Evaluate the Second Integral with Change of Limits

Evaluate \(\int_{10x}^{5x} \frac{d t}{t}\): The antiderivative is also \(\ln|t|\). So, \[\left[ \ln|t| \right]_{10x}^{5x} = \ln|5x| - \ln|10x| = \ln\left(\frac{5x}{10x}\right) = \ln\left(\frac{1}{2}\right). \]Note that the change from \(10x\) to \(5x\) flipped the sign of the integral.

Combine the Results

Now combine the results from both integrals: \[\ln(2) + \ln\left(\frac{1}{2}\right). \]Using the property of logarithms \(\ln(a) + \ln(b) = \ln(ab)\), combine: \[\ln(2) + \ln\left(\frac{1}{2}\right) = \ln(2 \times \frac{1}{2}) = \ln(1) = 0. \]

Conclusion

The evaluated value of the given expression \(\int_{5}^{10} \frac{d t}{t} - \int_{5x}^{10x} \frac{d t}{t}\) is \(0\). This result illustrates that the two integrals cancel each other exactly regardless of \(x\).

Key concepts

Integral Properties

Integral properties are essential tools when working with definite integrals. They help simplify complex expressions by using known rules about how integrals behave. One key property is the linearity of the integral, which involves the sum of integrals:

• For two functions, \(f(t)\) and \(g(t)\), the rule \(\int (f(t) + g(t)) \, dt = \int f(t) \, dt + \int g(t) \, dt\).

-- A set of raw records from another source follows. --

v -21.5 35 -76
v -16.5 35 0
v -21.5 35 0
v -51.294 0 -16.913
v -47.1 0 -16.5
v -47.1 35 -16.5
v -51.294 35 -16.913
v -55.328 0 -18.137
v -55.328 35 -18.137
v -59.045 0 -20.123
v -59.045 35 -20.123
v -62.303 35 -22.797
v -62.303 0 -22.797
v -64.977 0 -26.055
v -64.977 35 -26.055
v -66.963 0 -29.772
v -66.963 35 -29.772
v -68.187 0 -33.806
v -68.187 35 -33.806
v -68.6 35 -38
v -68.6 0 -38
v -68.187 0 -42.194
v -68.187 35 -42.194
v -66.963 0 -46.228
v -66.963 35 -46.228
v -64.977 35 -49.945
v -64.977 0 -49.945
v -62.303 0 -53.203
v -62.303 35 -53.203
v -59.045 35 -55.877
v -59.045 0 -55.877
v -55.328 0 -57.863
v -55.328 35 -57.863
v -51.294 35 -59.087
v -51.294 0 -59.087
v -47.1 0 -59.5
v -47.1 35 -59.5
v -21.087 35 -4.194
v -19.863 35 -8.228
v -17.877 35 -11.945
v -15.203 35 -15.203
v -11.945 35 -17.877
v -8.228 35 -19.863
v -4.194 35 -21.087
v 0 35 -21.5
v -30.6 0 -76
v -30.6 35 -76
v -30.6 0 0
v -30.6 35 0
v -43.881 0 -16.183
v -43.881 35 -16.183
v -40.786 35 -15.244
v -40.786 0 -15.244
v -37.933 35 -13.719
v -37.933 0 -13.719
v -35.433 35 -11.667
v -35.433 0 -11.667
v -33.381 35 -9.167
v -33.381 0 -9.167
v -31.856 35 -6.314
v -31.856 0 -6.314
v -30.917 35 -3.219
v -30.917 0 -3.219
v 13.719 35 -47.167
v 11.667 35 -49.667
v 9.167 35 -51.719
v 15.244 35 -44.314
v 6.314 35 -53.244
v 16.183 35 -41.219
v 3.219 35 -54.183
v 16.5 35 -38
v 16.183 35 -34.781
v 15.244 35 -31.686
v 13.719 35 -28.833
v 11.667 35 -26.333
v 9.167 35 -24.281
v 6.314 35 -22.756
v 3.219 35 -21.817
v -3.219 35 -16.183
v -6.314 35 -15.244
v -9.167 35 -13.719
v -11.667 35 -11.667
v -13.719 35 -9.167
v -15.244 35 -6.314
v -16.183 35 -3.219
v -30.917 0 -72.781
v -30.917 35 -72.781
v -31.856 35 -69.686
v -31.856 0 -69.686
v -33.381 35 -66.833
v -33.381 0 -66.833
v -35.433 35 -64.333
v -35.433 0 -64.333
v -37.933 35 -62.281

Another important property is the ability to reverse the limits of integration, which changes the sign of the integral:

• \(\int_{a}^{b} f(t) \, dt = -\int_{b}^{a} f(t) \, dt\).

Using these properties can significantly simplify the process of evaluating integrals by allowing you to adjust the integral expressions in ways that make them easier to compute.

Logarithm Rules

Logarithm rules are powerful tools for simplifying expressions involving logs, especially when dealing with integrals where the functions take the form of \(\frac{1}{t}\). The main rules to keep in mind are:

• The product rule: \( \ln(a) + \ln(b) = \ln(ab) \).
• The quotient rule: \( \ln(a) - \ln(b) = \ln\left(\frac{a}{b}\right) \).
• The power rule: \( \ln(a^b) = b \cdot \ln(a) \).

In the context of definite integrals, especially those resulting in logarithmic expressions, these rules help combine or simplify the final results, leading to easier computations.

Antiderivative

The antiderivative represents the most general form of a function whose derivative is the given function. In the context of integrals, finding the antiderivative is a crucial step in solving definite integrals. For the function \(\frac{1}{t}\), the antiderivative is \(\ln|t| + C\), where \(C\) is the arbitrary constant of integration.

When evaluating definite integrals, however, the constant \(C\) cancels out in the solution, so it's not explicitly required. Understanding the concept of the antiderivative is key when applying the fundamental theorem of calculus to compute the value of a definite integral from its limits.

Evaluating Definite Integrals

Evaluating definite integrals involves finding the difference between the values of the antiderivative at two points. This process is based on the fundamental theorem of calculus. The steps generally include:

• Finding the antiderivative of the integrand.
• Substituting the upper and lower bounds into the antiderivative function and calculating the difference.

For the given integrals, this boils down to computing expressions like \([\ln|t|]_{a}^{b} = \ln|b| - \ln|a|\). This simplifies further using logarithm rules.

The remarkable part of definite integrals is how they can cancel each other out or add up, as seen in the original exercise, which resulted in zero due to the subtraction and addition properties of the integrals used.